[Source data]
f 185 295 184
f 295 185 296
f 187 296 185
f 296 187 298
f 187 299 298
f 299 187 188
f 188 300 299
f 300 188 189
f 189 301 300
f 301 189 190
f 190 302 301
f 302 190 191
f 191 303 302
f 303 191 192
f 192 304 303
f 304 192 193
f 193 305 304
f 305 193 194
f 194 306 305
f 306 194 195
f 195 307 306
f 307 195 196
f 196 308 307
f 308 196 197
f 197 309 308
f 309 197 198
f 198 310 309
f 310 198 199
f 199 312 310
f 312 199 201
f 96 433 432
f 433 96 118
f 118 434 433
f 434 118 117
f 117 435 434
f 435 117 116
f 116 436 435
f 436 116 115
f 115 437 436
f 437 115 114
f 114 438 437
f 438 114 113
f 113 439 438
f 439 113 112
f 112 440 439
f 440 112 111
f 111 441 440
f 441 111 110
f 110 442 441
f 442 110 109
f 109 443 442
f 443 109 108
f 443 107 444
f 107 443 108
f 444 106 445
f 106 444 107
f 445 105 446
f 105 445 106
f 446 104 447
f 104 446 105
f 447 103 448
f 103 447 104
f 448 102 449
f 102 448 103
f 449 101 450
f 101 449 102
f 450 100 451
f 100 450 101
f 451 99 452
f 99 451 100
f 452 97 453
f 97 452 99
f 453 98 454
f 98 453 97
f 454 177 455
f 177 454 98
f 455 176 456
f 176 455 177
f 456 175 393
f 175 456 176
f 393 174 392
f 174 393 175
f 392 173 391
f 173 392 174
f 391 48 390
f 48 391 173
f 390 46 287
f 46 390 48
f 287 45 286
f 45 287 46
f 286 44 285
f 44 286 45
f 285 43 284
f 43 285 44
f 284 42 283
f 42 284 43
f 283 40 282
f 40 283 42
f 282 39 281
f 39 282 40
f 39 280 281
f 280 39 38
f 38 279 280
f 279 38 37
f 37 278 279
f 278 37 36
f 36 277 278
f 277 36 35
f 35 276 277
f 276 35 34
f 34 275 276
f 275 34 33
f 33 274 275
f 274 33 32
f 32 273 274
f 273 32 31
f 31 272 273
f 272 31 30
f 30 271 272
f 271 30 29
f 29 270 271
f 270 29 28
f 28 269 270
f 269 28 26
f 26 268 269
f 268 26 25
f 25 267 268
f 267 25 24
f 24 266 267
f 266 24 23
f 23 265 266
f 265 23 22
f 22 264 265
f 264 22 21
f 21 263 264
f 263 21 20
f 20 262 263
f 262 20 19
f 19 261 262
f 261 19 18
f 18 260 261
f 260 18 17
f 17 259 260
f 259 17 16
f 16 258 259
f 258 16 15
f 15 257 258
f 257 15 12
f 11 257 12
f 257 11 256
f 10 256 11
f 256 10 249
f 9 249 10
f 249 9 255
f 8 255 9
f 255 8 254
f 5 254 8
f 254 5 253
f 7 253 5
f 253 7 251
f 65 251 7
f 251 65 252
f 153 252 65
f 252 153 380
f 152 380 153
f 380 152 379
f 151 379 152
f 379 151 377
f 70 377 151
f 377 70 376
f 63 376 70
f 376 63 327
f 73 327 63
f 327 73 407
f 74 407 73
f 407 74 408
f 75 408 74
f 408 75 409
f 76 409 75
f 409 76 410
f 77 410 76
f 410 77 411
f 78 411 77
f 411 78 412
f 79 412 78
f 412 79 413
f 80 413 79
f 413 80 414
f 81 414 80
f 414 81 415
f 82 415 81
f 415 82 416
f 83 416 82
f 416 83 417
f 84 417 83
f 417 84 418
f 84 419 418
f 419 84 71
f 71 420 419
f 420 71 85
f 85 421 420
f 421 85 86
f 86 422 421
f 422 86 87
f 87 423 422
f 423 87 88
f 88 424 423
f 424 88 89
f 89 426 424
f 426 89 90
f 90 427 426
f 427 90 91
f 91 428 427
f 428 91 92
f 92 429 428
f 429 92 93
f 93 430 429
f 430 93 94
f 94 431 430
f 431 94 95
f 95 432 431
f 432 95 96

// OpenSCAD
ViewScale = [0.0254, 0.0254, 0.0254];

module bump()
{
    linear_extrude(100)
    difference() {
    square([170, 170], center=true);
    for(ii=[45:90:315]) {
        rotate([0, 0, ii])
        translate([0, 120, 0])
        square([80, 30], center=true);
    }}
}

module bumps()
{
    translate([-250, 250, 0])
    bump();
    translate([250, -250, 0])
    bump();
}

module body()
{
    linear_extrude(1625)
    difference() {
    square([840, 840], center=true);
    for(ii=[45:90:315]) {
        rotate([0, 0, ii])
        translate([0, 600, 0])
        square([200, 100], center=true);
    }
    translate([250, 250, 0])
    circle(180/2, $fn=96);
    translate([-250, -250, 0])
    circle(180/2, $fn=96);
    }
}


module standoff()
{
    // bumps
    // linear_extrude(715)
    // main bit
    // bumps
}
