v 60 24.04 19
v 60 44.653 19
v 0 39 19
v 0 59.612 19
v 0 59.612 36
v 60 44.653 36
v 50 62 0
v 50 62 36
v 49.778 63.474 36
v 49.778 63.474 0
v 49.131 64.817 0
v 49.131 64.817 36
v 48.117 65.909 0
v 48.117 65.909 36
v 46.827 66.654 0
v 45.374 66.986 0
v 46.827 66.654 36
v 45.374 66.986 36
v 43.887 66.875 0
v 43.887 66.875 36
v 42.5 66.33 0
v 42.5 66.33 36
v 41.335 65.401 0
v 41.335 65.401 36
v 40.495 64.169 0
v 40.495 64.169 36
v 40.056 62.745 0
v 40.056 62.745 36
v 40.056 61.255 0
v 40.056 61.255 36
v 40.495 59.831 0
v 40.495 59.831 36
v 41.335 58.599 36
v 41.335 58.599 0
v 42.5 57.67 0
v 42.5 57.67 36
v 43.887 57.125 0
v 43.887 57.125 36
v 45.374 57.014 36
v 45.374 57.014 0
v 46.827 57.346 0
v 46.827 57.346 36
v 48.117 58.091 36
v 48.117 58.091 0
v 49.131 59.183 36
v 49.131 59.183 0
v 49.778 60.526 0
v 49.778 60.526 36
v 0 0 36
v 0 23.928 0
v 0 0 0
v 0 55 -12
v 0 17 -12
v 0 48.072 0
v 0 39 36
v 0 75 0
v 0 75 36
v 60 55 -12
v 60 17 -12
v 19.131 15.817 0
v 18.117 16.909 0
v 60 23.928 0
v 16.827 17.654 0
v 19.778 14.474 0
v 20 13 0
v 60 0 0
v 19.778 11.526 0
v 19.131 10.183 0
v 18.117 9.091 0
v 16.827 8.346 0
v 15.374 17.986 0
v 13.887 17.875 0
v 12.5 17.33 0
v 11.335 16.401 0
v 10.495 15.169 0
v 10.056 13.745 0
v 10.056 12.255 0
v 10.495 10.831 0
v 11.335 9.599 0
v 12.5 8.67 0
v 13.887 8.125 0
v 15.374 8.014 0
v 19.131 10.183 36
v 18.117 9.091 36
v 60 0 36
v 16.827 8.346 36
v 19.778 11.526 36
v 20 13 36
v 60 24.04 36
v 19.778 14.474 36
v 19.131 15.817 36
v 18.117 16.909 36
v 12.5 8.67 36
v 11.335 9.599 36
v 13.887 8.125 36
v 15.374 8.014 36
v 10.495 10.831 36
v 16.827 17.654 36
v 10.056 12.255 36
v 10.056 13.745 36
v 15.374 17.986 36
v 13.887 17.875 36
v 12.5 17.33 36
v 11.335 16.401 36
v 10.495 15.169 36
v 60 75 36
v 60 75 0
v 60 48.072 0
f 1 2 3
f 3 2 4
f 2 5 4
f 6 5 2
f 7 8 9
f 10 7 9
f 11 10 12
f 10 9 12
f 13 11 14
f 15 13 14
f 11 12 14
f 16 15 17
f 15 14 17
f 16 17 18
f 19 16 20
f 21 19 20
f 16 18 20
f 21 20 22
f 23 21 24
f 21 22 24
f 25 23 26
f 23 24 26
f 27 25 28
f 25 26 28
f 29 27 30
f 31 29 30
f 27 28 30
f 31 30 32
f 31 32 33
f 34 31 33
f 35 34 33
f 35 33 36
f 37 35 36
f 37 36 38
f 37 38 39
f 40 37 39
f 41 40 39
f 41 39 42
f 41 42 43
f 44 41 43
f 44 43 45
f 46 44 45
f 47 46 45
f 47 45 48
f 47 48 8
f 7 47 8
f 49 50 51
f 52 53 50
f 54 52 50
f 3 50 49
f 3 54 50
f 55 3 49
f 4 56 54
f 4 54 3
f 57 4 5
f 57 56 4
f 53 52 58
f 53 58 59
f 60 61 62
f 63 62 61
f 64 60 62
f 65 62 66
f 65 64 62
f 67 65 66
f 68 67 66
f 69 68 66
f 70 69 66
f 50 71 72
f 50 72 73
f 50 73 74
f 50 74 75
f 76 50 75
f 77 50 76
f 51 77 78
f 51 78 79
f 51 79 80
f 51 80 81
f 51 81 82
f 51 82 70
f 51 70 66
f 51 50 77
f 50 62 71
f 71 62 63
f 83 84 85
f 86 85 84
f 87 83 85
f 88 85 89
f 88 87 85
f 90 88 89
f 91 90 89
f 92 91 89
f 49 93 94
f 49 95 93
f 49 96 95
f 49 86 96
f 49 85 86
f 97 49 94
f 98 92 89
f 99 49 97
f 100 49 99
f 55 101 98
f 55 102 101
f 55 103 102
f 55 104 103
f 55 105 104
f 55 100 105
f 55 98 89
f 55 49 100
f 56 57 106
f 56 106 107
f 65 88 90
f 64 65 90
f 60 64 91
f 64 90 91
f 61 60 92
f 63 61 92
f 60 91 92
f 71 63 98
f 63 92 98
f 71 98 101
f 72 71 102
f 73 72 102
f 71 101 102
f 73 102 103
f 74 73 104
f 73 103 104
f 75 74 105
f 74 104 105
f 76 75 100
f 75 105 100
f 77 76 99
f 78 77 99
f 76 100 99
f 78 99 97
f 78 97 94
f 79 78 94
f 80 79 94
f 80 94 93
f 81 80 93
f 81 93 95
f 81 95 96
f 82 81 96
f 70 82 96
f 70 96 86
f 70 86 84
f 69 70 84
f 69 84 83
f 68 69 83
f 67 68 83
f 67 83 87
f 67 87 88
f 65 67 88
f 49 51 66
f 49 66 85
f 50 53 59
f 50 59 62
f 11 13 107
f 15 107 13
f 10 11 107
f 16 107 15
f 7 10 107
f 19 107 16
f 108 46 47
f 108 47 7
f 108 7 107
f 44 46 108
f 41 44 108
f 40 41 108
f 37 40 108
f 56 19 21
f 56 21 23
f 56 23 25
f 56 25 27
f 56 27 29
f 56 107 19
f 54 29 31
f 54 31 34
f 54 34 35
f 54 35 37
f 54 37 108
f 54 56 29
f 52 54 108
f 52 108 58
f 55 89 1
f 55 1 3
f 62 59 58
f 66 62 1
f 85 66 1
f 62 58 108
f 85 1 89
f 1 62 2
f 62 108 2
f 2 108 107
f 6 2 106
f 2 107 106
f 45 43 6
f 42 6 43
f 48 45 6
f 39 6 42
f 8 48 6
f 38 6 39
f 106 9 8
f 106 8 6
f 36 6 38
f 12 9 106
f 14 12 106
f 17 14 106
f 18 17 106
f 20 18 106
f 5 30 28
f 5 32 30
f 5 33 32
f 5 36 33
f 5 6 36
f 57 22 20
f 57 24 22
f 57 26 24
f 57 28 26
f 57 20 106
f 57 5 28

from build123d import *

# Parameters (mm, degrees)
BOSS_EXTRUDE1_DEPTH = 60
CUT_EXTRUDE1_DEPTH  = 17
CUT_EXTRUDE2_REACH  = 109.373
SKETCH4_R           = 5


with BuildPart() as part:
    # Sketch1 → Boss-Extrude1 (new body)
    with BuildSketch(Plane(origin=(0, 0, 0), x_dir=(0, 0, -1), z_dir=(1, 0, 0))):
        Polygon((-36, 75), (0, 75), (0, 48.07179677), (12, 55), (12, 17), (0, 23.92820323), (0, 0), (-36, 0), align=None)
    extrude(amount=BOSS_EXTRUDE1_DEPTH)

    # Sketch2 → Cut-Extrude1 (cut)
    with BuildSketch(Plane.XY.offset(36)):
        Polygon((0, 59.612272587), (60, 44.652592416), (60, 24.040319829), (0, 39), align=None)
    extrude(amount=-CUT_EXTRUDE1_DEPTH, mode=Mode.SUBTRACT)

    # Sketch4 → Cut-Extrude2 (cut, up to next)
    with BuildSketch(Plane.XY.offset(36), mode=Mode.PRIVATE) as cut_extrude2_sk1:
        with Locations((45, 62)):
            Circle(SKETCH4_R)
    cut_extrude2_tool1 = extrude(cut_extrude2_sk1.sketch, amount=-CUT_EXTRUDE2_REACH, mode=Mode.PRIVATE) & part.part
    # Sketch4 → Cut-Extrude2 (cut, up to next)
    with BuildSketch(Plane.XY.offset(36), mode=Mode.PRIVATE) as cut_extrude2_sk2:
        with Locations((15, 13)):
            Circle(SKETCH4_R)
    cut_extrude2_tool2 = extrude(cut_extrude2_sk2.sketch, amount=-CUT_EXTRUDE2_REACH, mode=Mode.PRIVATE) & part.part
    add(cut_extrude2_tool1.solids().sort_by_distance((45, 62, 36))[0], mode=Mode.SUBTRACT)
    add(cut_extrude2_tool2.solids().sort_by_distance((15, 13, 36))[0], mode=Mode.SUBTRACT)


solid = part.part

Exercise aim.
In the records above, find each line with the word "translate" and copy it out.

Task answer.
        translate([0, 120, 0])
    translate([-250, 250, 0])
    translate([250, -250, 0])
        translate([0, 600, 0])
    translate([250, 250, 0])
    translate([-250, -250, 0])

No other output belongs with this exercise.